# Ball turner...also concave shaping!



## Divided He ad (Mar 24, 2008)

Hi all. thought since some seemed interested in the style of my first engine attempt I should share the wealth, so to speak!

So here is the link to Steve Bedair's site where I got the plans for my/his ball turner. It is extremely strong it can even face off and turn down using the power feed!! (saves on changing back to tool post unless you have too  )

http://www.bedair.org/Ball/ball22.html  share your Original works with Steve too, I gave him the plans to my torches as a thank you. It's only fair to swap good for good 

Also a few pics of my ball turner and what it can do :- 

http://s289.photobucket.com/albums/ll221/dividedhead/MY BALL TURNER - STEVE BEDAIR PLAN/

http://s289.photobucket.com/albums/ll221/dividedhead/TREADLE ENGINE MK II/

Sorry to have to show the start of engine mkII but it's the most relevant to model makers such as yourselves ;D

Good luck to those who take up the challenge! 

Ralph.


----------



## zeusrekning (Mar 24, 2008)

How accurate is this method for cutting balls? Where I used to work me made a lot of "dog bone" axle shafts for RC cars and similar connecting rods with a ball on each end for pneumatic air tools. 
It was a PITA to hold the spherical shape accurately. We would measure three points , one vertically, one at 45deg / , and one at 135deg. We also used go/nogo ring gages for a quick check. This was all done on a Swiss screw machine but we had to make offsets constantly. I ahve a project that is similar to the above mentioned parts and just wanted to know what to expect. 
Thanks,
Tim


----------



## Cedge (Mar 24, 2008)

Tim
It's not only pretty accurate, its not at all difficult. Once set, the tool maintains the radius throughout the whole arc of the cut.... concave or convex. I really like the cutting head on this one much better than the experimental one I made sometime back.
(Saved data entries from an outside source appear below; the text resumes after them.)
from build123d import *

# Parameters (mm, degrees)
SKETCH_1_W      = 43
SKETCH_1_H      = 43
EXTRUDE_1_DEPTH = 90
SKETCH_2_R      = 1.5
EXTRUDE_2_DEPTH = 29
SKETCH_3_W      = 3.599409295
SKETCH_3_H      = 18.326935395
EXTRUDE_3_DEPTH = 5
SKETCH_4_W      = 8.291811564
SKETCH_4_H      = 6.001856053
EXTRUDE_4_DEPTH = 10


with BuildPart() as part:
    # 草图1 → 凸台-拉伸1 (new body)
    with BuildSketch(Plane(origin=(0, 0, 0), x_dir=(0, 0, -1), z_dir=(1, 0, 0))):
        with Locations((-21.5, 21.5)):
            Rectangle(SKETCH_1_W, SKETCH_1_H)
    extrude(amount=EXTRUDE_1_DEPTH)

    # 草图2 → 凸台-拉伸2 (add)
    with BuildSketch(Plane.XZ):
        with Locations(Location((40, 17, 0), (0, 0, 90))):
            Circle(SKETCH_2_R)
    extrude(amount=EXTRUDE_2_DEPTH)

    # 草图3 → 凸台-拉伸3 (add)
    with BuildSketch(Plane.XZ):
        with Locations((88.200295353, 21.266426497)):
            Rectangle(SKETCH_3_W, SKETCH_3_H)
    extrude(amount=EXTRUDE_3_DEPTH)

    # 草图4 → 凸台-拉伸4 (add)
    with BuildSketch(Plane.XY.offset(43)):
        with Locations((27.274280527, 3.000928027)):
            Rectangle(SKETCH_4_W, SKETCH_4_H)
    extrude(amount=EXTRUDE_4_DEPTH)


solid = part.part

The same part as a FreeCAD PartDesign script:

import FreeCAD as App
import Part
import Sketcher
Q = App.Units.Quantity

doc = App.newDocument("Part")
params = doc.addObject("Spreadsheet::Sheet", "Params")
for row, (alias, value) in enumerate([
    ("sketch1_width", "43 mm"),
    ("pad1_length", "90 mm"),
    ("sketch2_diameter", "3 mm"),
    ("pad2_length", "29 mm"),
    ("pad3_length", "5 mm"),
    ("pad4_length", "10 mm"),
], start=1):
    params.set(f"A{row}", alias)
    params.set(f"B{row}", "=" + value)
    params.setAlias(f"B{row}", alias)

body = doc.addObject("PartDesign::Body", "Body")

sketch1 = body.newObject("Sketcher::SketchObject", "Sketch")
sketch1.AttachmentSupport = (doc.getObject("YZ_Plane"), [""])
sketch1.MapMode = "FlatFace"
sketch1.addGeometry(Part.LineSegment(App.Vector(43, 43, 0), App.Vector(0, 43, 0)), False)
sketch1.addGeometry(Part.LineSegment(App.Vector(0, 43, 0), App.Vector(0, 0, 0)), False)
sketch1.addGeometry(Part.LineSegment(App.Vector(0, 0, 0), App.Vector(43, 0, 0)), False)
sketch1.addGeometry(Part.LineSegment(App.Vector(43, 0, 0), App.Vector(43, 43, 0)), False)
sketch1.addConstraint(Sketcher.Constraint("Coincident", 0, 2, 1, 1))
sketch1.addConstraint(Sketcher.Constraint("Coincident", 1, 2, 2, 1))
sketch1.addConstraint(Sketcher.Constraint("Coincident", 2, 2, 3, 1))
sketch1.addConstraint(Sketcher.Constraint("Coincident", 3, 2, 0, 1))
sketch1.addConstraint(Sketcher.Constraint("Horizontal", 0))
sketch1.addConstraint(Sketcher.Constraint("Vertical", 1))
sketch1.addConstraint(Sketcher.Constraint("Horizontal", 2))
sketch1.addConstraint(Sketcher.Constraint("Vertical", 3))
sketch1.addConstraint(Sketcher.Constraint("Coincident", 1, 2, -1, 1))
sketch1.addConstraint(Sketcher.Constraint("Equal", 2, 1))
sketch1.addConstraint(Sketcher.Constraint("DistanceX", 0, 2, 0, 1, Q("43 mm")))
sketch1.setExpression("Constraints[10]", "Params.sketch1_width")
pad1 = body.newObject("PartDesign::Pad", "Pad")
pad1.Profile = sketch1
pad1.setExpression("Length", "Params.pad1_length")

sketch2 = body.newObject("Sketcher::SketchObject", "Sketch001")
sketch2.AttachmentSupport = (doc.getObject("XZ_Plane"), [""])
sketch2.MapMode = "FlatFace"
sketch2.addGeometry(Part.Circle(App.Vector(40, 17, 0), App.Vector(0, 0, 1), 1.5), False)
sketch2.addConstraint(Sketcher.Constraint("Diameter", 0, Q("3 mm")))
sketch2.addConstraint(Sketcher.Constraint("DistanceX", -1, 1, 0, 3, Q("40 mm")))
sketch2.addConstraint(Sketcher.Constraint("DistanceY", -1, 1, 0, 3, Q("17 mm")))
sketch2.setExpression("Constraints[0]", "Params.sketch2_diameter")
pad2 = body.newObject("PartDesign::Pad", "Pad001")
pad2.Profile = sketch2
pad2.setExpression("Length", "Params.pad2_length")

sketch3 = body.newObject("Sketcher::SketchObject", "Sketch002")
sketch3.AttachmentSupport = (doc.getObject("XZ_Plane"), [""])
sketch3.MapMode = "FlatFace"
sketch3.addGeometry(Part.LineSegment(App.Vector(86.4, 30.4, 0), App.Vector(86.4, 12.1, 0)), False)
sketch3.addGeometry(Part.LineSegment(App.Vector(86.4, 12.1, 0), App.Vector(90, 12.1, 0)), False)
sketch3.addGeometry(Part.LineSegment(App.Vector(90, 12.1, 0), App.Vector(90, 30.4, 0)), False)
sketch3.addGeometry(Part.LineSegment(App.Vector(90, 30.4, 0), App.Vector(86.4, 30.4, 0)), False)
sketch3.addConstraint(Sketcher.Constraint("Coincident", 0, 2, 1, 1))
sketch3.addConstraint(Sketcher.Constraint("Coincident", 1, 2, 2, 1))
sketch3.addConstraint(Sketcher.Constraint("Coincident", 2, 2, 3, 1))
sketch3.addConstraint(Sketcher.Constraint("Coincident", 3, 2, 0, 1))
sketch3.addConstraint(Sketcher.Constraint("Vertical", 0))
sketch3.addConstraint(Sketcher.Constraint("Horizontal", 1))
sketch3.addConstraint(Sketcher.Constraint("Vertical", 2))
sketch3.addConstraint(Sketcher.Constraint("Horizontal", 3))
sketch3.addConstraint(Sketcher.Constraint("DistanceX", -1, 1, 1, 2, Q("90 mm")))
sketch3.addConstraint(Sketcher.Constraint("DistanceX", 1, 1, 1, 2, Q("3.599409 mm")))
sketch3.addConstraint(Sketcher.Constraint("DistanceY", 0, 2, 0, 1, Q("18.326935 mm")))
sketch3.addConstraint(Sketcher.Constraint("DistanceY", -1, 1, 0, 2, Q("12.102959 mm")))
pad3 = body.newObject("PartDesign::Pad", "Pad002")
pad3.Profile = sketch3
pad3.setExpression("Length", "Params.pad3_length")

sketch4 = body.newObject("Sketcher::SketchObject", "Sketch003")
sketch4.AttachmentSupport = (doc.getObject("XY_Plane"), [""])
sketch4.MapMode = "FlatFace"
sketch4.AttachmentOffset = App.Placement(App.Vector(0, 0, 43), App.Rotation())
sketch4.addGeometry(Part.LineSegment(App.Vector(23, 6, 0), App.Vector(23, 0, 0)), False)
sketch4.addGeometry(Part.LineSegment(App.Vector(23, 0, 0), App.Vector(31, 0, 0)), False)
sketch4.addGeometry(Part.LineSegment(App.Vector(31, 0, 0), App.Vector(31, 6, 0)), False)
sketch4.addGeometry(Part.LineSegment(App.Vector(31, 6, 0), App.Vector(23, 6, 0)), False)
sketch4.addConstraint(Sketcher.Constraint("Coincident", 0, 2, 1, 1))
sketch4.addConstraint(Sketcher.Constraint("Coincident", 1, 2, 2, 1))
sketch4.addConstraint(Sketcher.Constraint("Coincident", 2, 2, 3, 1))
sketch4.addConstraint(Sketcher.Constraint("Coincident", 3, 2, 0, 1))
sketch4.addConstraint(Sketcher.Constraint("Vertical", 0))
sketch4.addConstraint(Sketcher.Constraint("Horizontal", 1))
sketch4.addConstraint(Sketcher.Constraint("Vertical", 2))
sketch4.addConstraint(Sketcher.Constraint("Horizontal", 3))
sketch4.addConstraint(Sketcher.Constraint("PointOnObject", 0, 2, -1))
sketch4.addConstraint(Sketcher.Constraint("DistanceX", 1, 1, 1, 2, Q("8.291812 mm")))
sketch4.addConstraint(Sketcher.Constraint("DistanceY", 0, 2, 0, 1, Q("6.001856 mm")))
sketch4.addConstraint(Sketcher.Constraint("DistanceX", -1, 1, 0, 2, Q("23.128375 mm")))
pad4 = body.newObject("PartDesign::Pad", "Pad003")
pad4.Profile = sketch4
pad4.setExpression("Length", "Params.pad4_length")

doc.recompute()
I usually use an over the top version for cutting sphericals, but this design is the most versatile, allowing both concave and convex cuts with a single tool.

Steve


----------



## Brass_Machine (Mar 24, 2008)

I like the idea of this radius cutter... but I will have to come up with a different way to mount it to a 7X mini lathe. Gonna have to think this one thru...
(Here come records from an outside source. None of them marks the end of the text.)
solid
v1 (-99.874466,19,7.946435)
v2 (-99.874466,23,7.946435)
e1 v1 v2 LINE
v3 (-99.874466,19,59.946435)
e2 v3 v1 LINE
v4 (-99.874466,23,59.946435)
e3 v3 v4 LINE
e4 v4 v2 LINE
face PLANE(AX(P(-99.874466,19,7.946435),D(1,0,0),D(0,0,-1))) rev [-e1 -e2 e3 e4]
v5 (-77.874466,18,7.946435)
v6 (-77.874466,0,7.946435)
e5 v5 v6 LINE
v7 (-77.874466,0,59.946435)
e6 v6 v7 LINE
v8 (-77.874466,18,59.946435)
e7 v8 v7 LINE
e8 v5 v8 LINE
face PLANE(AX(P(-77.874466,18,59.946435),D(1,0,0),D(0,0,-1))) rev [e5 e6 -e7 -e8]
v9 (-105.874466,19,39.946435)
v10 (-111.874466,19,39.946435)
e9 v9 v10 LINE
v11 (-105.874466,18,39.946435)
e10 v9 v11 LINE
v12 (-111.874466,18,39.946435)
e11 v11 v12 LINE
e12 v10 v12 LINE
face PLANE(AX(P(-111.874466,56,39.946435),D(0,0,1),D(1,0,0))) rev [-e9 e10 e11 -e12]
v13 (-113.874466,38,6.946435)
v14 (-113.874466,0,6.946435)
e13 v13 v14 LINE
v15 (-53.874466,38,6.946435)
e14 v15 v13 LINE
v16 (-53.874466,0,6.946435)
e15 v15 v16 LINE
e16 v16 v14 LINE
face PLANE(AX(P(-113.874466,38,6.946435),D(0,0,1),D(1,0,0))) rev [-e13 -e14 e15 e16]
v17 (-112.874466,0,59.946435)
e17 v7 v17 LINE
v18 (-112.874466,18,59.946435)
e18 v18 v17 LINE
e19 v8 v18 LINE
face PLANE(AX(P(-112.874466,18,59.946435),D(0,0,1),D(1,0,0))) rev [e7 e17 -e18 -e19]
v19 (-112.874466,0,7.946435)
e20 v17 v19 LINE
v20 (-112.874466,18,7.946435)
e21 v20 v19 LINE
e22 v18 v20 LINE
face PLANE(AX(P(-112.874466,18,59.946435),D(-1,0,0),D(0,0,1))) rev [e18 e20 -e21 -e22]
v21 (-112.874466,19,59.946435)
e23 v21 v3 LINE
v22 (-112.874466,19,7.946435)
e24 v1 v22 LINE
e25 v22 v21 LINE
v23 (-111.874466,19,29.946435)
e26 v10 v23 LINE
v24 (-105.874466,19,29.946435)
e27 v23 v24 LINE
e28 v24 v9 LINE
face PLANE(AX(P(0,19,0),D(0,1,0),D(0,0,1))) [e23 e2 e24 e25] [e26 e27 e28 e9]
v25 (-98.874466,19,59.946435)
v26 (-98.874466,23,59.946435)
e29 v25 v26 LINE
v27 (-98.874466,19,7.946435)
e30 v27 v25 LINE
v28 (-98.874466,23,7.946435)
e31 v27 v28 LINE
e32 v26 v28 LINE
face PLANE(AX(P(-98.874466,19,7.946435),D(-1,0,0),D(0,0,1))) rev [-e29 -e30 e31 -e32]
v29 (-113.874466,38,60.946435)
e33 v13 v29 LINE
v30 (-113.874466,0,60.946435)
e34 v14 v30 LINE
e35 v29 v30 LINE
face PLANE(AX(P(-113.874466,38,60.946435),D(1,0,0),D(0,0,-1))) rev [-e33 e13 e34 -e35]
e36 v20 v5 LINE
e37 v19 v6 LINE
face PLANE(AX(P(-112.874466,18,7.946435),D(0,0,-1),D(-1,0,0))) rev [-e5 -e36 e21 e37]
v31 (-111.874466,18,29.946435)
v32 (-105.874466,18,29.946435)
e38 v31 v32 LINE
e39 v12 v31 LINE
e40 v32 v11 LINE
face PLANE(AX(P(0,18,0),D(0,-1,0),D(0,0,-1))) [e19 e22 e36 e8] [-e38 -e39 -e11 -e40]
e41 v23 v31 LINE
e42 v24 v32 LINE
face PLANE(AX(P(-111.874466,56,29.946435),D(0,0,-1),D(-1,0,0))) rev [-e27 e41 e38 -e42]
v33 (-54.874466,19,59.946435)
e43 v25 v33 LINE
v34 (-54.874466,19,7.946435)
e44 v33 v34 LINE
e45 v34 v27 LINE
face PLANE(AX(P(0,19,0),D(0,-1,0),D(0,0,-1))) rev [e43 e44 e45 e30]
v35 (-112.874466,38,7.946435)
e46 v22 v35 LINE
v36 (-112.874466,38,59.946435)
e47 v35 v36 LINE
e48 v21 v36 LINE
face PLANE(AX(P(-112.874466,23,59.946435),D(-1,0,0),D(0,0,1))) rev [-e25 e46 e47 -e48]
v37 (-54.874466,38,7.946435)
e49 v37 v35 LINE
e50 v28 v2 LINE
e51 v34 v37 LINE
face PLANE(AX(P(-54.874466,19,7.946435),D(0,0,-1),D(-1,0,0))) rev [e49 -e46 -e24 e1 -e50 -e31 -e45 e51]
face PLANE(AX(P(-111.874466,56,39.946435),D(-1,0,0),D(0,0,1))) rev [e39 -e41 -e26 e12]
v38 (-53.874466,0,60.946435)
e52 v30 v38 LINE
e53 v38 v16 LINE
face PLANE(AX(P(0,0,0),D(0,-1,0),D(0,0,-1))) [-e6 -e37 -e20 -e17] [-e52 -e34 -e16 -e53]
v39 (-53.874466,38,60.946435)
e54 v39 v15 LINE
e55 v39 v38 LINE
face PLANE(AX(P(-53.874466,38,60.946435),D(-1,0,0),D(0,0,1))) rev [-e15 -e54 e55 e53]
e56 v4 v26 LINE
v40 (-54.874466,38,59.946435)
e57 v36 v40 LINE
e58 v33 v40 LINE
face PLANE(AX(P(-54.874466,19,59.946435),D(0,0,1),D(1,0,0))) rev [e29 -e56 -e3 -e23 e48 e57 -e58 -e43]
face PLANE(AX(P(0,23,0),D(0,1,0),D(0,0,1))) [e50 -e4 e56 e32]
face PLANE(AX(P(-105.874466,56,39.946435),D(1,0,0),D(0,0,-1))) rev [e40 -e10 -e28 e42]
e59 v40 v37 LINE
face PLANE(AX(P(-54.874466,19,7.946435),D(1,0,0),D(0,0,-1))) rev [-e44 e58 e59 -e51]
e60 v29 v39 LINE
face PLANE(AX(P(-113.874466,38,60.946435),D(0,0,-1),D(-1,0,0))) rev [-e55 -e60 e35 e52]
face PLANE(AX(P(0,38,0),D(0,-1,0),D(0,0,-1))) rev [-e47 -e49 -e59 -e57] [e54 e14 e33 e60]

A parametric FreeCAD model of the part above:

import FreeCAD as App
import Part
import Sketcher
from FreeCAD import Vector


def add_polygon(sketch, points):
    """Adds a closed chain of lines whose ends are joined by coincident constraints."""
    first, n = sketch.GeometryCount, len(points)
    for a, b in zip(points, points[1:] + points[:1]):
        sketch.addGeometry(Part.LineSegment(App.Vector(*a, 0), App.Vector(*b, 0)), False)
    for i in range(n):
        sketch.addConstraint(Sketcher.Constraint("Coincident", first + i, 2, first + (i + 1) % n, 1))

doc = App.newDocument("Part")
body = doc.addObject("PartDesign::Body", "Body")

# Sketch on XZ plane
sketch1 = doc.addObject("Sketcher::SketchObject", "Sketch")
body.addObject(sketch1)
sketch1.AttachmentSupport = (doc.XZ_Plane, [""])
sketch1.MapMode = "FlatFace"
add_polygon(sketch1, [(-114, 7), (-114, 61), (-54, 61), (-54, 7)])  # lines 0-3
sketch1.addConstraint(Sketcher.Constraint("Vertical", 0))
sketch1.addConstraint(Sketcher.Constraint("Horizontal", 1))
sketch1.addConstraint(Sketcher.Constraint("Vertical", 2))
sketch1.addConstraint(Sketcher.Constraint("Horizontal", 3))
sketch1.addConstraint(Sketcher.Constraint("DistanceX", 1, 1, 1, 2, 60.0))
sketch1.addConstraint(Sketcher.Constraint("DistanceY", 0, 1, 0, 2, 54.0))
sketch1.addConstraint(Sketcher.Constraint("DistanceX", 0, 2, -1, 1, 113.874466))
sketch1.addConstraint(Sketcher.Constraint("DistanceY", -1, 1, 0, 2, 60.946435))
pad1 = doc.addObject("PartDesign::Pad", "Pad")
body.addObject(pad1)
pad1.Profile = sketch1
pad1.Length = 38
pad1.Reversed = True

# Sketch on XZ plane
sketch2 = doc.addObject("Sketcher::SketchObject", "Sketch001")
body.addObject(sketch2)
sketch2.AttachmentSupport = (doc.XZ_Plane, [""])
sketch2.MapMode = "FlatFace"
sketch2.AttachmentOffset = App.Placement(Vector(0, 0, -38), App.Rotation())
add_polygon(sketch2, [(-99, 8), (-99, 60), (-55, 60), (-55, 8)])  # lines 0-3
sketch2.addConstraint(Sketcher.Constraint("Vertical", 0))
sketch2.addConstraint(Sketcher.Constraint("Horizontal", 1))
sketch2.addConstraint(Sketcher.Constraint("Vertical", 2))
sketch2.addConstraint(Sketcher.Constraint("Horizontal", 3))
sketch2.addConstraint(Sketcher.Constraint("DistanceX", 1, 1, 1, 2, 44.0))
sketch2.addConstraint(Sketcher.Constraint("DistanceY", 0, 1, 0, 2, 52.0))
sketch2.addConstraint(Sketcher.Constraint("DistanceX", 0, 2, -1, 1, 98.874466))
sketch2.addConstraint(Sketcher.Constraint("DistanceY", -1, 1, 0, 2, 59.946435))
pocket1 = doc.addObject("PartDesign::Pocket", "Pocket")
body.addObject(pocket1)
pocket1.Profile = sketch2
pocket1.Length = 19
pocket1.Reversed = True

# Sketch on XZ plane
sketch3 = doc.addObject("Sketcher::SketchObject", "Sketch002")
body.addObject(sketch3)
sketch3.AttachmentSupport = (doc.XZ_Plane, [""])
sketch3.MapMode = "FlatFace"
add_polygon(sketch3, [(-78, 8), (-78, 60), (-113, 60), (-113, 8)])  # lines 0-3
sketch3.addConstraint(Sketcher.Constraint("Vertical", 0))
sketch3.addConstraint(Sketcher.Constraint("Horizontal", 1))
sketch3.addConstraint(Sketcher.Constraint("Vertical", 2))
sketch3.addConstraint(Sketcher.Constraint("Horizontal", 3))
sketch3.addConstraint(Sketcher.Constraint("DistanceX", 1, 2, 1, 1, 35.0))
sketch3.addConstraint(Sketcher.Constraint("DistanceY", 0, 1, 0, 2, 52.0))
sketch3.addConstraint(Sketcher.Constraint("DistanceX", 0, 2, -1, 1, 77.874466))
sketch3.addConstraint(Sketcher.Constraint("DistanceY", -1, 1, 0, 2, 59.946435))
pocket2 = doc.addObject("PartDesign::Pocket", "Pocket001")
body.addObject(pocket2)
pocket2.Profile = sketch3
pocket2.Length = 18

# Sketch on XZ plane
sketch4 = doc.addObject("Sketcher::SketchObject", "Sketch003")
body.addObject(sketch4)
sketch4.AttachmentSupport = (doc.XZ_Plane, [""])
sketch4.MapMode = "FlatFace"
sketch4.AttachmentOffset = App.Placement(Vector(0, 0, -18), App.Rotation())
add_polygon(sketch4, [(-106, 30), (-106, 40), (-112, 40), (-112, 30)])  # lines 0-3
sketch4.addConstraint(Sketcher.Constraint("Vertical", 0))
sketch4.addConstraint(Sketcher.Constraint("Horizontal", 1))
sketch4.addConstraint(Sketcher.Constraint("Vertical", 2))
sketch4.addConstraint(Sketcher.Constraint("Horizontal", 3))
sketch4.addConstraint(Sketcher.Constraint("DistanceX", 1, 2, 1, 1, 6.0))
sketch4.addConstraint(Sketcher.Constraint("DistanceY", 0, 1, 0, 2, 10.0))
sketch4.addConstraint(Sketcher.Constraint("DistanceX", 0, 2, -1, 1, 105.874466))
sketch4.addConstraint(Sketcher.Constraint("DistanceY", -1, 1, 0, 2, 39.946435))
pocket3 = doc.addObject("PartDesign::Pocket", "Pocket002")
body.addObject(pocket3)
pocket3.Profile = sketch4
pocket3.Length = 38

# Sketch on XZ plane
sketch5 = doc.addObject("Sketcher::SketchObject", "Sketch004")
body.addObject(sketch5)
sketch5.AttachmentSupport = (doc.XZ_Plane, [""])
sketch5.MapMode = "FlatFace"
sketch5.AttachmentOffset = App.Placement(Vector(0, 0, -38), App.Rotation())
add_polygon(sketch5, [(-113, 8), (-113, 60), (-99, 60), (-99, 8)])  # lines 0-3
sketch5.addConstraint(Sketcher.Constraint("Vertical", 0))
sketch5.addConstraint(Sketcher.Constraint("Horizontal", 1))
sketch5.addConstraint(Sketcher.Constraint("Vertical", 2))
sketch5.addConstraint(Sketcher.Constraint("Horizontal", 3))
sketch5.addConstraint(Sketcher.Constraint("DistanceX", 1, 1, 1, 2, 14.0))
sketch5.addConstraint(Sketcher.Constraint("DistanceY", 0, 1, 0, 2, 52.0))
sketch5.addConstraint(Sketcher.Constraint("DistanceX", 0, 2, -1, 1, 112.874466))
sketch5.addConstraint(Sketcher.Constraint("DistanceY", -1, 1, 0, 2, 59.946435))
pocket4 = doc.addObject("PartDesign::Pocket", "Pocket003")
body.addObject(pocket4)
pocket4.Profile = sketch5
pocket4.Length = 15
pocket4.Reversed = True

# Sketch on XZ plane
sketch6 = doc.addObject("Sketcher::SketchObject", "Sketch005")
body.addObject(sketch6)
sketch6.AttachmentSupport = (doc.XZ_Plane, [""])
sketch6.MapMode = "FlatFace"
sketch6.AttachmentOffset = App.Placement(Vector(0, 0, -23), App.Rotation())
add_polygon(sketch6, [(-113, 8), (-113, 60), (-100, 60), (-100, 8)])  # lines 0-3
sketch6.addConstraint(Sketcher.Constraint("Vertical", 0))
sketch6.addConstraint(Sketcher.Constraint("Horizontal", 1))
sketch6.addConstraint(Sketcher.Constraint("Vertical", 2))
sketch6.addConstraint(Sketcher.Constraint("Horizontal", 3))
sketch6.addConstraint(Sketcher.Constraint("DistanceX", 1, 1, 1, 2, 13.0))
sketch6.addConstraint(Sketcher.Constraint("DistanceY", 0, 1, 0, 2, 52.0))
sketch6.addConstraint(Sketcher.Constraint("DistanceX", 0, 2, -1, 1, 112.874466))
sketch6.addConstraint(Sketcher.Constraint("DistanceY", -1, 1, 0, 2, 59.946435))
pocket5 = doc.addObject("PartDesign::Pocket", "Pocket004")
body.addObject(pocket5)
pocket5.Profile = sketch6
pocket5.Length = 4
pocket5.Reversed = True

doc.recompute()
Got any more picture of your torches??

Eric


----------



## Divided He ad (Mar 25, 2008)

Hello all, this is pretty east to set up. I simply mic the dia of the part divide by two and set the tool to that measurement using my vernier to get as accurate as possible. The trick is setting the tip at zero in the first place( took me some testing ) and as steve says here it holds the measurement you set, I'll have to vid it in action and 'tube' it... may try that this eve? 

The torches... I can put some pics on to 'bucket' for you to see, I'll do that now and post the link... just need to find the right place to post them... not exactly engines!! 

Ralph.


----------



## Divided He ad (Mar 31, 2008)

Ok, 

for those of you who asked. Here is a vid of the ball turner doing just that... well making a knob anyway!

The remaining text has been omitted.